As a small business owner in a high risk business, I do not except unsafe running of chainsaws or feeding of chippers. I do however expect Hustle! And when I see Hustle, Hustle gets a cash bonus. And if Hustle keeps it up, a possible crew leader with a nice increase in pay. 

Aaron


----------



## treemandan

Ricks is always hiring. Their hook is " we pay our climbers 80k a year!"

Of course one would actually work 2 years in one year's time but whose counting?


----------



## RAG66

It does sound as if the OP has some concerns about safety. I have been around tree work since the age of about 12-13. I never was allowed to be slow. I just had a groundie step out because we did not communicate well and he made poor decisions. I believe you need to be looking for a better company but fair warning, your not going to find a small private company that is gentle, walking both directions, always nice about commands to you. This work demands performance, fast thinking, fast acting, wise people. You need to take care of yourself being absolutely prepared for work. I could equate this with being on an athletic code. Don't smoke, drink, or chew & run around with people who do! :msp_rolleyes:


----------



## ropensaddle

Who said it was break time anyway  lol Ok yes I have worked with physco last one got a bloody lip and a black eye and we had an understanding after that! Anyway yes; I work at a pace that allows safe working operations but if I see you leaning on a rake or huddled up to the water jug too long or worst yacking on a cell phone you will get screamed at. I expect work but I also expect it at a pace that allows safety and don't get caught dragging one twig whilst yacking on a cell phone.


----------



## RAG66

If I caught an employee on the phone it had better be an emergency. I have a no phone policy unless we are having a break and it has to be very important business. The no phone policy creates an internal social interaction instead of one guy off to the side seperating themselves from the rest of the crew. We all talk and get along as in a "TEAM". A crew dynamic is crucial!


----------



## treemandan

RAG66 said:


> If I caught an employee on the phone it had better be an emergency. I have a no phone policy unless we are having a break and it has to be very important business. The no phone policy creates an internal social interaction instead of one guy off to the side seperating themselves from the rest of the crew. We all talk and get along as in a "TEAM". A crew dynamic is crucial!

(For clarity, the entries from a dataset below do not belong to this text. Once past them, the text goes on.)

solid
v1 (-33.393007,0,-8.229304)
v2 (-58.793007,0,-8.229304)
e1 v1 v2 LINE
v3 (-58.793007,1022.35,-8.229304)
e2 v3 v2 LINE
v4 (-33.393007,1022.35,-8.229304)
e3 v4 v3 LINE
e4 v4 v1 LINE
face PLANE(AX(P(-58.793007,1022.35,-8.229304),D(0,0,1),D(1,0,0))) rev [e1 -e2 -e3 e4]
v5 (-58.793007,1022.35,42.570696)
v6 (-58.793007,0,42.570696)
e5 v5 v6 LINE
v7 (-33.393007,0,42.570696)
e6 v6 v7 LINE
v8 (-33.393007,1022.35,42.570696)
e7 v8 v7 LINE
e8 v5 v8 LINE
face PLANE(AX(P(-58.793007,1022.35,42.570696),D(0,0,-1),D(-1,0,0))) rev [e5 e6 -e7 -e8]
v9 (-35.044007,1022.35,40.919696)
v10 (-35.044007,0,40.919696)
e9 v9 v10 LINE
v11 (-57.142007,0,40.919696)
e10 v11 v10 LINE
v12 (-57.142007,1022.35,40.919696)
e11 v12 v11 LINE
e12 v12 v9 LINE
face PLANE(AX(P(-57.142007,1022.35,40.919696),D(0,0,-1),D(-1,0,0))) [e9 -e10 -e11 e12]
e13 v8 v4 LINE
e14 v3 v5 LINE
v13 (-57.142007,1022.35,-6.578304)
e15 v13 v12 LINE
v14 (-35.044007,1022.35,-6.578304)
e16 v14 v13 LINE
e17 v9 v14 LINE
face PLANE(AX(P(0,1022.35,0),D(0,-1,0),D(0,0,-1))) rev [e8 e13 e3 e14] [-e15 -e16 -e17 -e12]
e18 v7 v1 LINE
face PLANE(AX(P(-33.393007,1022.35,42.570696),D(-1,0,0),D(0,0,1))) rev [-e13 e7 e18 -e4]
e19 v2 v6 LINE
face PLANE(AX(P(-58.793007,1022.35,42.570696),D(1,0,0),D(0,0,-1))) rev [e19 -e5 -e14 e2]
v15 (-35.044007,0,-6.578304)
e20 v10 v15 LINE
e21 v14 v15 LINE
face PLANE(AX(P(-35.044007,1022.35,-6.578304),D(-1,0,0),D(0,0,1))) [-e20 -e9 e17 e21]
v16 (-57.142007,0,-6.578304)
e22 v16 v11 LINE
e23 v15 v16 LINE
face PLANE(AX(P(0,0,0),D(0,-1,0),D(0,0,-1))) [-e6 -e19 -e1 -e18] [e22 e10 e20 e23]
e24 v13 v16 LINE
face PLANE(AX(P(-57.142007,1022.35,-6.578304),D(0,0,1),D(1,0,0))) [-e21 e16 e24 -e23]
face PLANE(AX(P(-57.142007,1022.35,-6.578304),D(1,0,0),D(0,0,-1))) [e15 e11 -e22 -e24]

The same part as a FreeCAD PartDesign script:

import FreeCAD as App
import Part
import Sketcher

V = App.Vector
Q = App.Units.Quantity

doc = App.newDocument("Part")
body = doc.addObject("PartDesign::Body", "Body")

# Sketch on XZ plane
sketch1 = doc.addObject("Sketcher::SketchObject", "Sketch")
body.addObject(sketch1)
sketch1.AttachmentSupport = (doc.XZ_Plane, [""])
sketch1.MapMode = "FlatFace"
sketch1.addGeometry([
    Part.LineSegment(V(-59, -8, 0), V(-59, 43, 0)),  # 0
    Part.LineSegment(V(-59, 43, 0), V(-33, 43, 0)),  # 1
    Part.LineSegment(V(-33, 43, 0), V(-33, -8, 0)),  # 2
    Part.LineSegment(V(-33, -8, 0), V(-59, -8, 0)),  # 3
    Part.LineSegment(V(-35, 41, 0), V(-57, 41, 0)),  # 4
    Part.LineSegment(V(-57, 41, 0), V(-57, -7, 0)),  # 5
    Part.LineSegment(V(-57, -7, 0), V(-35, -7, 0)),  # 6
    Part.LineSegment(V(-35, -7, 0), V(-35, 41, 0)),  # 7
], False)
sketch1.addConstraint([
    Sketcher.Constraint("Coincident", 0, 2, 1, 1),
    Sketcher.Constraint("Coincident", 1, 2, 2, 1),
    Sketcher.Constraint("Coincident", 2, 2, 3, 1),
    Sketcher.Constraint("Coincident", 3, 2, 0, 1),
    Sketcher.Constraint("Coincident", 4, 2, 5, 1),
    Sketcher.Constraint("Coincident", 5, 2, 6, 1),
    Sketcher.Constraint("Coincident", 6, 2, 7, 1),
    Sketcher.Constraint("Coincident", 7, 2, 4, 1),
    Sketcher.Constraint("Vertical", 0),
    Sketcher.Constraint("Horizontal", 1),
    Sketcher.Constraint("Vertical", 2),
    Sketcher.Constraint("Horizontal", 3),
    Sketcher.Constraint("Horizontal", 4),
    Sketcher.Constraint("Vertical", 5),
    Sketcher.Constraint("Horizontal", 6),
    Sketcher.Constraint("Vertical", 7),
    Sketcher.Constraint("DistanceX", 1, 1, 1, 2, Q("1 in")),
    Sketcher.Constraint("DistanceY", 0, 1, 0, 2, Q("2 in")),
    Sketcher.Constraint("DistanceX", 4, 2, 4, 1, Q("0.87 in")),
    Sketcher.Constraint("DistanceY", 5, 2, 5, 1, Q("1.87 in")),
    Sketcher.Constraint("DistanceX", 0, 2, 4, 2, Q("0.065 in")),
    Sketcher.Constraint("DistanceY", 4, 2, 0, 2, Q("0.065 in")),
    Sketcher.Constraint("DistanceX", 0, 2, -1, 1, Q("58.793007 mm")),
    Sketcher.Constraint("DistanceY", -1, 1, 0, 2, Q("42.570696 mm")),
])
pad1 = doc.addObject("PartDesign::Pad", "Pad")
body.addObject(pad1)
pad1.Profile = sketch1
pad1.Length = Q("40.25 in")
pad1.Reversed = True

doc.recompute()
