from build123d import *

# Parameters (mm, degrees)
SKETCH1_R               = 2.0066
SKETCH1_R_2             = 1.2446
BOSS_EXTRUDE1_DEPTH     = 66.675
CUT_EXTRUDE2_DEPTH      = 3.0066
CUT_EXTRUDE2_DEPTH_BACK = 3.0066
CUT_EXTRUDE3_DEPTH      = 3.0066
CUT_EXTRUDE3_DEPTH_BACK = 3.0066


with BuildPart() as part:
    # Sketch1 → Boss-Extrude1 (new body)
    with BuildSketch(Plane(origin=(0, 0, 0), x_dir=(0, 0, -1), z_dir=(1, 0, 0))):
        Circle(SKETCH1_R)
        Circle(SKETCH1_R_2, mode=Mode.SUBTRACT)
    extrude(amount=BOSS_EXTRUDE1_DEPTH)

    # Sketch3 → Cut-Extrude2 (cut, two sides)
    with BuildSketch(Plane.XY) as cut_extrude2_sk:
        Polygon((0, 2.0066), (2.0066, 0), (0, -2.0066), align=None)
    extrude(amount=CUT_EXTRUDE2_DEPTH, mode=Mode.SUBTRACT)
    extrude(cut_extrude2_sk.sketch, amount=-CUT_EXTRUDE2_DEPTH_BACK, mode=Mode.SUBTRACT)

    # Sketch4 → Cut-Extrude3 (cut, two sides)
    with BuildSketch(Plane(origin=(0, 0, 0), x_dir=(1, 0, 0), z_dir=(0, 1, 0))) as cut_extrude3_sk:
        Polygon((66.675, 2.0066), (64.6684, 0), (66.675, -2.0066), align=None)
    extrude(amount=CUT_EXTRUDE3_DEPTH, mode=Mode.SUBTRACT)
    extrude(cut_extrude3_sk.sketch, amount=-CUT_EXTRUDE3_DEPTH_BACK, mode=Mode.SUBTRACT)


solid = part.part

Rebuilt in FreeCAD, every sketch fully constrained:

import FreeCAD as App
import Part
import Sketcher

V = App.Vector
Q = App.Units.Quantity


def add_polygon(sketch, points):
    """Adds a closed chain of lines whose ends are joined by coincident constraints."""
    first, n = sketch.GeometryCount, len(points)
    for a, b in zip(points, points[1:] + points[:1]):
        sketch.addGeometry(Part.LineSegment(App.Vector(*a, 0), App.Vector(*b, 0)), False)
    for i in range(n):
        sketch.addConstraint(Sketcher.Constraint("Coincident", first + i, 2, first + (i + 1) % n, 1))

doc = App.newDocument("Part")
body = doc.addObject("PartDesign::Body", "Body")

# Sketch on YZ plane
sketch1 = body.newObject("Sketcher::SketchObject", "Sketch")
sketch1.AttachmentSupport = (doc.getObject("YZ_Plane"), [""])
sketch1.MapMode = "FlatFace"
sketch1.addGeometry([
    Part.Circle(V(0, 0, 0), V(0, 0, 1), 2.0066),
    Part.Circle(V(0, 0, 0), V(0, 0, 1), 1.2446),
], False)
sketch1.addConstraint([
    Sketcher.Constraint("Coincident", 0, 3, -1, 1),
    Sketcher.Constraint("Coincident", 1, 3, -1, 1),
    Sketcher.Constraint("Diameter", 0, Q("0.158 in")),
    Sketcher.Constraint("Diameter", 1, Q("0.098 in")),
])
pad1 = body.newObject("PartDesign::Pad", "Pad")
pad1.Profile = sketch1
pad1.Length = Q("2.625 in")

# Sketch on XY plane
sketch2 = body.newObject("Sketcher::SketchObject", "Sketch001")
sketch2.AttachmentSupport = (doc.getObject("XY_Plane"), [""])
sketch2.MapMode = "FlatFace"
add_polygon(sketch2, [(2.0066, 0), (0, 2.0066), (0, -2.0066)])  # lines 0-2
sketch2.addConstraint([
    Sketcher.Constraint("Vertical", 1),
    Sketcher.Constraint("Symmetric", 0, 2, 1, 2, -1, 1),
    Sketcher.Constraint("PointOnObject", 2, 2, -1),
    Sketcher.Constraint("Perpendicular", 0, 2),
    Sketcher.Constraint("DistanceY", 1, 2, 1, 1, Q("0.158 in")),
])
pocket1 = body.newObject("PartDesign::Pocket", "Pocket")
pocket1.Profile = sketch2
pocket1.Type = "ThroughAll"
pocket1.Midplane = True

# Sketch on XZ plane
sketch3 = body.newObject("Sketcher::SketchObject", "Sketch002")
sketch3.AttachmentSupport = (doc.getObject("XZ_Plane"), [""])
sketch3.MapMode = "FlatFace"
add_polygon(sketch3, [(66.675, -2.0066), (64.6684, 0), (66.675, 2.0066)])  # lines 0-2
sketch3.addConstraint([
    Sketcher.Constraint("Vertical", 2),
    Sketcher.Constraint("PointOnObject", 0, 2, -1),
    Sketcher.Constraint("Perpendicular", 0, 1),
    Sketcher.Constraint("Equal", 0, 1),
    Sketcher.Constraint("DistanceY", 2, 2, 2, 1, Q("0.158 in")),
    Sketcher.Constraint("DistanceX", -1, 1, 0, 2, Q("2.546 in")),
])
pocket2 = body.newObject("PartDesign::Pocket", "Pocket001")
pocket2.Profile = sketch3
pocket2.Type = "ThroughAll"
pocket2.Midplane = True

doc.recompute()
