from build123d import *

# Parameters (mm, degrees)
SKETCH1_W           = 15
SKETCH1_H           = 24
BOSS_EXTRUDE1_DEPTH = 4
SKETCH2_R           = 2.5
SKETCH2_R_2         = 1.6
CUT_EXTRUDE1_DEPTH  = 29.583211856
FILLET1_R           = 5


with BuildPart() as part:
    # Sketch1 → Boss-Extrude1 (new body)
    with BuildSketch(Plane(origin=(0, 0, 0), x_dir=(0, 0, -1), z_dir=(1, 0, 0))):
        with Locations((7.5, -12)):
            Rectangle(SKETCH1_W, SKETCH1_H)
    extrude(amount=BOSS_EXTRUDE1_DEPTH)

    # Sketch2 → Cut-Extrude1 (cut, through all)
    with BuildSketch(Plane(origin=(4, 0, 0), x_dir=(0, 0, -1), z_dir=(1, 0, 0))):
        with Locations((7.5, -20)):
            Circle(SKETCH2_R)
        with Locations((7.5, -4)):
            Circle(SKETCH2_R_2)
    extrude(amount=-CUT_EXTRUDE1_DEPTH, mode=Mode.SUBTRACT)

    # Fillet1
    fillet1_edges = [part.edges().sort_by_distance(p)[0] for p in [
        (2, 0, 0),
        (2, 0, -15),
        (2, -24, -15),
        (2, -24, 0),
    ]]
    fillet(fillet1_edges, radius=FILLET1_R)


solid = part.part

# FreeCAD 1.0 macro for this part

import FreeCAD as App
import Part
import Sketcher


def edges_at(feature, points):
    """Names of the edges that pass closest to the given points."""
    edges = feature.Shape.Edges
    near = lambda p: min(range(len(edges)), key=lambda i: edges[i].distToShape(Part.Vertex(*p))[0])
    return sorted({f"Edge{near(p) + 1}" for p in points})


def add_polygon(sketch, points):
    """Adds a closed chain of lines whose ends are joined by coincident constraints."""
    first, n = sketch.GeometryCount, len(points)
    for a, b in zip(points, points[1:] + points[:1]):
        sketch.addGeometry(Part.LineSegment(App.Vector(*a, 0), App.Vector(*b, 0)), False)
    for i in range(n):
        sketch.addConstraint(Sketcher.Constraint("Coincident", first + i, 2, first + (i + 1) % n, 1))

doc = App.newDocument("Part")
body = doc.addObject("PartDesign::Body", "Body")

sketch1 = body.newObject("Sketcher::SketchObject", "Sketch")
sketch1.AttachmentSupport = (doc.getObject("YZ_Plane"), [""])
sketch1.MapMode = "FlatFace"
add_polygon(sketch1, [(0, 0), (-24, 0), (-24, -15), (0, -15)])
sketch1.addConstraint(Sketcher.Constraint("Horizontal", 0))
sketch1.addConstraint(Sketcher.Constraint("Vertical", 1))
sketch1.addConstraint(Sketcher.Constraint("Horizontal", 2))
sketch1.addConstraint(Sketcher.Constraint("Vertical", 3))
sketch1.addConstraint(Sketcher.Constraint("Coincident", 3, 2, -1, 1))
sketch1.addConstraint(Sketcher.Constraint("DistanceX", 0, 2, 0, 1, 24.0))
sketch1.addConstraint(Sketcher.Constraint("DistanceY", 1, 2, 1, 1, 15.0))
pad1 = body.newObject("PartDesign::Pad", "Pad")
pad1.Profile = sketch1
pad1.Length = 4

sketch2 = body.newObject("Sketcher::SketchObject", "Sketch001")
sketch2.AttachmentSupport = (doc.getObject("YZ_Plane"), [""])
sketch2.MapMode = "FlatFace"
sketch2.AttachmentOffset = App.Placement(App.Vector(0, 0, 4), App.Rotation())
sketch2.addGeometry(Part.Circle(App.Vector(-20, -7.5, 0), App.Vector(0, 0, 1), 2.5), False)
sketch2.addGeometry(Part.Circle(App.Vector(-4, -7.5, 0), App.Vector(0, 0, 1), 1.6), False)
sketch2.addConstraint(Sketcher.Constraint("Horizontal", 0, 3, 1, 3))
sketch2.addConstraint(Sketcher.Constraint("Diameter", 0, 5.0))
sketch2.addConstraint(Sketcher.Constraint("Diameter", 1, 3.2))
sketch2.addConstraint(Sketcher.Constraint("DistanceX", 0, 3, -1, 1, 20.0))
sketch2.addConstraint(Sketcher.Constraint("DistanceX", 1, 3, -1, 1, 4.0))
sketch2.addConstraint(Sketcher.Constraint("DistanceY", 0, 3, -1, 1, 7.5))
pocket1 = body.newObject("PartDesign::Pocket", "Pocket")
pocket1.Profile = sketch2
pocket1.Type = "ThroughAll"
doc.recompute()

fillet = body.newObject("PartDesign::Fillet", "Fillet")
fillet.Base = (pocket1, edges_at(pocket1, [
    (2, 0, 0),
    (2, 0, -15),
    (2, -24, -15),
    (2, -24, 0),
]))
fillet.Radius = 5

doc.recompute()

I think you expressed why it makes people angry when they see someone either walking or driving in public while their attention is in the phone.


----------



## RAG66

Not to mention it is a pure form of disrespect. It says "your my boss, I know, but this conversation is way more important than anything you have to say". I have never been allowed to disrespect any of my employers, or the dynamics they set forth, the mood if you will. When it comes to having mutual respect for all involved, getting the work done, treating the customer right ETC. There is no tolerance for BS!!!


----------



## Single_Shooter

We work hard and long hours like everyone else - but you do not succeed by abusing your workers. Walk...keep walking....and find a new company. There are good people out there. 

Our biggest issue is finding guys who want to work....and who aren't drunks or dope heads!!!! We know half the time when we pay a guy he may not be there tomorrow because he will drink his paycheck for the next 2 days. My partner had a guy with him a couple months ago - stopped at Home Depot to get something and when he comes out this bozo is in my partner's truck smoking POT!!!! AS THEY ARE ON THEIR WAY TO THE JOB SITE!!!! And this idiot says to my partner...."what's the big deal??" My partner shows up with this guy sitting in the bed of the truck. I asked why and he says, "to make sure he got here alive. Because if he was sitting next to me I probably would have strangled him" We have been nice enough to give him all the time he needs to smoke his weed in peace - without us bothering him to interrupt his high to come work.


----------